It's great to see some of these names thrown around. As a Sonics fan I've been thinking recently about the draft in light of the fact we could have two picks that should fall between the number 9 and 15 positions.
Reece Gaines and David West are my two resounding favorites for the Sonics to take. I like Gaines' style and think him and Kevin Ollie would be a superb guard tandem to compliment Ray Allen and Brent Barry. I also like that Gaines is a senior. 
And I think David West would be a simply perfect selection for Seattle. From what I've seen of him(only two games unfortunately) he's a power forward who could also back up Rashard Lewis if needed at small forward. He's a much, much, better post player than Radmanovic and West and Reggie Evans would be an excellent pair of power forwards if Seattle could aquire him. He can play the Seattle high tempo game just fine and would give Seattle yet another good shooter to add to their already impressive list. Once again I like the fact he's also a senior(and one who's improved his stats considerably every year), and is an unselfish, team first player.
I hope they're both still around for Seattle.


----------



## TMOD (Oct 12, 2002)

> i don't really like hinrich as a pro prospect. i think he will be somewhere coming off the bench because he isn't really a pg but is too small for sg. he could contribute but i don't think he will ever start on a good team(pro).

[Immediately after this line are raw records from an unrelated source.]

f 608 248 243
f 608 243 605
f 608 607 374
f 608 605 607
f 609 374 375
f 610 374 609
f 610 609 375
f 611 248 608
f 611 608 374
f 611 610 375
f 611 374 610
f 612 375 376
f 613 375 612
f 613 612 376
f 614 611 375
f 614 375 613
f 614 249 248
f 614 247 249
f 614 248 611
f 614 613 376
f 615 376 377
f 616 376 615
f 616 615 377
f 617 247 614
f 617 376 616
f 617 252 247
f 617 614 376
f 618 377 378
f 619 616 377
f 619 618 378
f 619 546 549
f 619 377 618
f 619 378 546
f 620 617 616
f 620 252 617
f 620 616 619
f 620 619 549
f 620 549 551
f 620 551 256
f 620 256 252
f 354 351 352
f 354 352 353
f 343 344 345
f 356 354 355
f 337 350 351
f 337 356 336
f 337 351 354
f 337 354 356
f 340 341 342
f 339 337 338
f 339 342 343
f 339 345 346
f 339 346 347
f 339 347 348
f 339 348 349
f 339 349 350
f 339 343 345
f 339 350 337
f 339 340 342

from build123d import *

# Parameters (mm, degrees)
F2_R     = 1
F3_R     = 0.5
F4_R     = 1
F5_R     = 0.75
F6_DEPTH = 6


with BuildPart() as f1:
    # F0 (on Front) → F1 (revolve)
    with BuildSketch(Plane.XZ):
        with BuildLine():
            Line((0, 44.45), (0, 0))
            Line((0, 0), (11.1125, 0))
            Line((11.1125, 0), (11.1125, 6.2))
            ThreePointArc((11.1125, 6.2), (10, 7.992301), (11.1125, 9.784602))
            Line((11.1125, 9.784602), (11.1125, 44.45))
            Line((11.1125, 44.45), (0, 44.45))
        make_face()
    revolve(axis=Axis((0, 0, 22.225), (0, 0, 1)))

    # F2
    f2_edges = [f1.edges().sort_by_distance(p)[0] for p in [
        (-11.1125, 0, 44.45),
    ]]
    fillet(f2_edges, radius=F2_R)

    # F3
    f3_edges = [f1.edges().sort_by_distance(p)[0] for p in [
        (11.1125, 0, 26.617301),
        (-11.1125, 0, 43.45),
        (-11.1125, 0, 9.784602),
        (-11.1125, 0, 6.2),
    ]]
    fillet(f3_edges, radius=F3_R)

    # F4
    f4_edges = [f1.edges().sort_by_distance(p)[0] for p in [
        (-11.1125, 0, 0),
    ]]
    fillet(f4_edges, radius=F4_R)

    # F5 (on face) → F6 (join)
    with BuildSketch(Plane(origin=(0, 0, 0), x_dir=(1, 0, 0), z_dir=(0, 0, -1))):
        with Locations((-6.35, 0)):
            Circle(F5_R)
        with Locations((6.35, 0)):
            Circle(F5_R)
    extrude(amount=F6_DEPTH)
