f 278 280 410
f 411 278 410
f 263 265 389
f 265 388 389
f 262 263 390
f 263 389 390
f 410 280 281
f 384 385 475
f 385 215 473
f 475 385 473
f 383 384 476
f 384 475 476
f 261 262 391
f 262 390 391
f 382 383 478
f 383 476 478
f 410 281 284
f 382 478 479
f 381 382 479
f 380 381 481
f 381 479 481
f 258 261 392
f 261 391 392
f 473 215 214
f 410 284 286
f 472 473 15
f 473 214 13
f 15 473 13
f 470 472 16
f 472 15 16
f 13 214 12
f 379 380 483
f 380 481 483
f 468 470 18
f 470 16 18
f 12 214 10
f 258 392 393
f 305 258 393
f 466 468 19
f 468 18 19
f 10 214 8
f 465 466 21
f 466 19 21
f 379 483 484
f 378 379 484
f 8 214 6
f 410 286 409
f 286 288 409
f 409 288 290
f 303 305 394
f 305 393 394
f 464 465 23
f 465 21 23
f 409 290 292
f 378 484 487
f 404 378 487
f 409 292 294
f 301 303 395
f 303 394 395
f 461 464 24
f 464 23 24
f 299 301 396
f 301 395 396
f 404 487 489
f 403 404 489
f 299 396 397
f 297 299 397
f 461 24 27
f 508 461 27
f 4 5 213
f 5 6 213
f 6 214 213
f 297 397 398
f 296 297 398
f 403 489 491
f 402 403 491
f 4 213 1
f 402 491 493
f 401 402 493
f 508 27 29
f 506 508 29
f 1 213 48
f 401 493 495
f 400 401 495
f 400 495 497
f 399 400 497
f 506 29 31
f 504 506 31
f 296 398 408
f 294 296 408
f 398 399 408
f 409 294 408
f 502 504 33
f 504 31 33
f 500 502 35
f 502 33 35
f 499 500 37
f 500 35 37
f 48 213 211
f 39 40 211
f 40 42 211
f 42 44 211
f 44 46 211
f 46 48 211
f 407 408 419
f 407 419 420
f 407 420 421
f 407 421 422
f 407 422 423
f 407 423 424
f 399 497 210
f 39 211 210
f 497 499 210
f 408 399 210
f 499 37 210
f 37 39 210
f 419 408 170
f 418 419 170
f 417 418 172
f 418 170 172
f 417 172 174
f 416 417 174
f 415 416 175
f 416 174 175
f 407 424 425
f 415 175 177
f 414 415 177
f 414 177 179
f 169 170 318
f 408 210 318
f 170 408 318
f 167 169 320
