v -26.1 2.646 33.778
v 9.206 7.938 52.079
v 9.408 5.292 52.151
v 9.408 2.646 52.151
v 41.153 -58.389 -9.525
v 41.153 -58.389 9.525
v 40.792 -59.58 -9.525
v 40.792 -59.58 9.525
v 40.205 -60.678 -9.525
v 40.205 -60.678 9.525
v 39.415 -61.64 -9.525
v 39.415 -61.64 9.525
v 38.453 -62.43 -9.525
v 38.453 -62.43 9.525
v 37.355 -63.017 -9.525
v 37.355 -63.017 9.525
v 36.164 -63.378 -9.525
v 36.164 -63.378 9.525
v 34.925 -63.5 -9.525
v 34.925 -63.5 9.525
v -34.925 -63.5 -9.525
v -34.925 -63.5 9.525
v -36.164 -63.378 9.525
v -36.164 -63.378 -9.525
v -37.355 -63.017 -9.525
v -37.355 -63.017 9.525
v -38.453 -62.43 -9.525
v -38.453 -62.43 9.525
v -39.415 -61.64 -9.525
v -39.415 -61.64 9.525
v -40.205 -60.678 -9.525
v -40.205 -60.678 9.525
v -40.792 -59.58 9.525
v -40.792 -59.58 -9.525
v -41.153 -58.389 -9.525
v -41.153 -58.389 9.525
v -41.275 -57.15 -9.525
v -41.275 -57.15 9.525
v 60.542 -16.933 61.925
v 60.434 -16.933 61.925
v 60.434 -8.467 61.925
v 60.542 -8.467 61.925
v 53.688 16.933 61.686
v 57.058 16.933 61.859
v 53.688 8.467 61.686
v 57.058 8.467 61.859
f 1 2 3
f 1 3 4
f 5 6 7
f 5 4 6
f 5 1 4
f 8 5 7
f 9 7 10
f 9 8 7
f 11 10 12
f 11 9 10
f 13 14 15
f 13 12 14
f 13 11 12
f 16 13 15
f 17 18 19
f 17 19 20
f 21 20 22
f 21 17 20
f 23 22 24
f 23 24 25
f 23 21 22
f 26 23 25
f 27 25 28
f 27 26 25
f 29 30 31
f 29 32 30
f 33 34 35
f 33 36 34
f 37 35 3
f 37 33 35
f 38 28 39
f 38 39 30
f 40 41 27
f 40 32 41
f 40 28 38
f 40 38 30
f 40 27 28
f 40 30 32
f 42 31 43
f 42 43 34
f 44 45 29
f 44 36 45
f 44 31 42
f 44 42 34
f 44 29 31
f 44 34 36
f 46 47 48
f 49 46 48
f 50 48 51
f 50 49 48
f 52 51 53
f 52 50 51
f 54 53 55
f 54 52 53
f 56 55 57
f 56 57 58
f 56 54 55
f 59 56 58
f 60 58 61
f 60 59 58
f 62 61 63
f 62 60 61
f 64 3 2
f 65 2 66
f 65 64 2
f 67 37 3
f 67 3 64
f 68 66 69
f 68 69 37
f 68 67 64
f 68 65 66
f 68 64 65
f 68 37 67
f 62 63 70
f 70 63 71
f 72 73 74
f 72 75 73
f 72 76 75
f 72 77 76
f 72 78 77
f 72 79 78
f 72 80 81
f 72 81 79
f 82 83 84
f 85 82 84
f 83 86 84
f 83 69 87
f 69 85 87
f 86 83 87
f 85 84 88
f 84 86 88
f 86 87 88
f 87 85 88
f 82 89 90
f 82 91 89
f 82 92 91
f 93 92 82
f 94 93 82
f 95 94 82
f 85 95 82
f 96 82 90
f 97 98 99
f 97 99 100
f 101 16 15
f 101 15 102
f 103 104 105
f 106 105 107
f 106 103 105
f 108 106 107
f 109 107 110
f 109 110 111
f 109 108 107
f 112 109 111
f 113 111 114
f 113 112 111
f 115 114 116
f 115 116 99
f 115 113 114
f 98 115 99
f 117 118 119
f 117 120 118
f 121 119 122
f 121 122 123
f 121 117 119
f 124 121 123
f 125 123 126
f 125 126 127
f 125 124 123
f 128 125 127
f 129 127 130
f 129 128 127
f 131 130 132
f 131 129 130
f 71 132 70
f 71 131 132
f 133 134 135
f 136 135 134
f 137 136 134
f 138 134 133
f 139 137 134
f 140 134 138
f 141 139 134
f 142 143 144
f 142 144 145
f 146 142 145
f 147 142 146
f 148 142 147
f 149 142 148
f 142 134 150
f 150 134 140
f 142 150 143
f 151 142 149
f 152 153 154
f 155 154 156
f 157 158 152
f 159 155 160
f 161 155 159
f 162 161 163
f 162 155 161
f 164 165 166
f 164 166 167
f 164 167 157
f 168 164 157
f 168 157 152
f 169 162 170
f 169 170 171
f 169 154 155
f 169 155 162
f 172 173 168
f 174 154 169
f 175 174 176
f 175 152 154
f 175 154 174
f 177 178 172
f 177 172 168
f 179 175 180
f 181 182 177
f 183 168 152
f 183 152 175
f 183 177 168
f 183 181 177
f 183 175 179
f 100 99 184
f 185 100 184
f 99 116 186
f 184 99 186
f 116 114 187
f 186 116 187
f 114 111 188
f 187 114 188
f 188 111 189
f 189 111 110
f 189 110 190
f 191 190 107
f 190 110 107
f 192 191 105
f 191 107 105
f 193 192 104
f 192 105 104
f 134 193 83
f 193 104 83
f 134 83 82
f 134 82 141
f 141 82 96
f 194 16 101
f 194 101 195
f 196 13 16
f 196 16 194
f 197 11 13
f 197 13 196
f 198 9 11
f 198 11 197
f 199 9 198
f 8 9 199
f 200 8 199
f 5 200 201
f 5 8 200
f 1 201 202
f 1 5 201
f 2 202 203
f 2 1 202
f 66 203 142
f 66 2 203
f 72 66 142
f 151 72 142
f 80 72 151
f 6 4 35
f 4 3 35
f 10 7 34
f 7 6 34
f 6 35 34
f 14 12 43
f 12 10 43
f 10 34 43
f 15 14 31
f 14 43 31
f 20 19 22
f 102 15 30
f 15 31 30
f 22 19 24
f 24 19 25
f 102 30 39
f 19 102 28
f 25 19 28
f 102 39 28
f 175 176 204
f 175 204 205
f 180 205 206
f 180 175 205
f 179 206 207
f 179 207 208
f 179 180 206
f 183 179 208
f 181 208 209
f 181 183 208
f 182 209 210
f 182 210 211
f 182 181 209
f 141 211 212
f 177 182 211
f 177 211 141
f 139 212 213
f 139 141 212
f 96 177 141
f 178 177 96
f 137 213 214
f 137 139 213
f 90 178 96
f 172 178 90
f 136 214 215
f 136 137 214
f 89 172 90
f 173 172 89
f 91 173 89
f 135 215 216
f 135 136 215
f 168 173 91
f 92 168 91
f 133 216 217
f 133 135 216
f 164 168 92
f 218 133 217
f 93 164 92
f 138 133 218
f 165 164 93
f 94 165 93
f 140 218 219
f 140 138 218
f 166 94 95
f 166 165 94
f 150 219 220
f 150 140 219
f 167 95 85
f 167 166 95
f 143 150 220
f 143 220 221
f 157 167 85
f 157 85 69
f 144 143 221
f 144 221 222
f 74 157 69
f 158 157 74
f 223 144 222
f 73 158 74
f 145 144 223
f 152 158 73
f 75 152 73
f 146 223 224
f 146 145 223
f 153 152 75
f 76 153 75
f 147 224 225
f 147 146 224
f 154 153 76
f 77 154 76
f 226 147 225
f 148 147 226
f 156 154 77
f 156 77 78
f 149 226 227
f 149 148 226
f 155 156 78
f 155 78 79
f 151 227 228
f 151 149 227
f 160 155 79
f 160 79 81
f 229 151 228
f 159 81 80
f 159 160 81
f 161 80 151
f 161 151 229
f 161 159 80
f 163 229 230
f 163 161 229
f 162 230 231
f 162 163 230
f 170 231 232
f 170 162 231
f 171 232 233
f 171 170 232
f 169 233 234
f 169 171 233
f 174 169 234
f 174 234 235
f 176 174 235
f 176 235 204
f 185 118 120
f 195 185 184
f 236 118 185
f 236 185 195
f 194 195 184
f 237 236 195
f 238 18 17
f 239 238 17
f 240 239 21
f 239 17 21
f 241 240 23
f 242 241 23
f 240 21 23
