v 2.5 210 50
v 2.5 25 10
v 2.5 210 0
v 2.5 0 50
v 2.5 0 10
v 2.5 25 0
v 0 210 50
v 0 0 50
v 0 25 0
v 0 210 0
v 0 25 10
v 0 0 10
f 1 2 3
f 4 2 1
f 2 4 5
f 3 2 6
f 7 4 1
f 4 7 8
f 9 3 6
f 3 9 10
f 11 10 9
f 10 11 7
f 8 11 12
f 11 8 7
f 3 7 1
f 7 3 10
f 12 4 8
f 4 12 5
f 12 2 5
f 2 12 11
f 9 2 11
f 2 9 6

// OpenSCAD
//Blind size
blindLength = 2.5;
blindWidth = 210;
blindHeight = 50;

//notchSize
notchWidth = 25;
notchHeight = 10;

difference(){
    cube([blindLength, blindWidth, blindHeight]);
    cube([blindLength, notchWidth, notchHeight]);
}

The fact that Hinrich has played shooting guard, and small forward at times, is a tribute to his skill and versatility. I think if I had two fast guards, I would play the one who shoots 20 percent higher from three at the 2. Hinrich can do absolutely everything you ask for in a PG and more. I can guarantee Ford and Hinrich will be better than Ridnour, too.


----------



## TMOD (Oct 12, 2002)

About Collison...he isn't the fastest big man out there, but he still easily above average foot speed, and he is also quite quick. Couple that with his size and footwork, and he is hard to stop. He is also a very good leaper.


----------



## rainman (Jul 15, 2002)

> Originally posted by <b>TMOD</b>!
> 
> The fact that Hinrich has played shooting guard, and small forward at times, is a tribute to his skill and versatility. I think if I had two fast guards, I would play the one who shoots 20 percent higher from three at the 2. Hinrich can do absolutely everything you ask for in a PG and more. I can guarantee Ford and Hinrich will be better than Ridnour, too.


ridnour actually outplayed ford in the ncaa's.i guarantee it.


----------



## rocketeer (Oct 7, 2002)

> Originally posted by <b>rainman</b>!
> 
> 
> ridnour actually outplayed ford in the ncaa's.i guarantee it.


i thought their game was pretty even. do you have stats or anything because i can't remember exaclty.


----------



## MAS RipCity (Feb 22, 2003)

> Originally posted by <b>rocketeer</b>!
> 
> 
> i thought their game was pretty even. do you have stats or anything because i can't remember exaclty.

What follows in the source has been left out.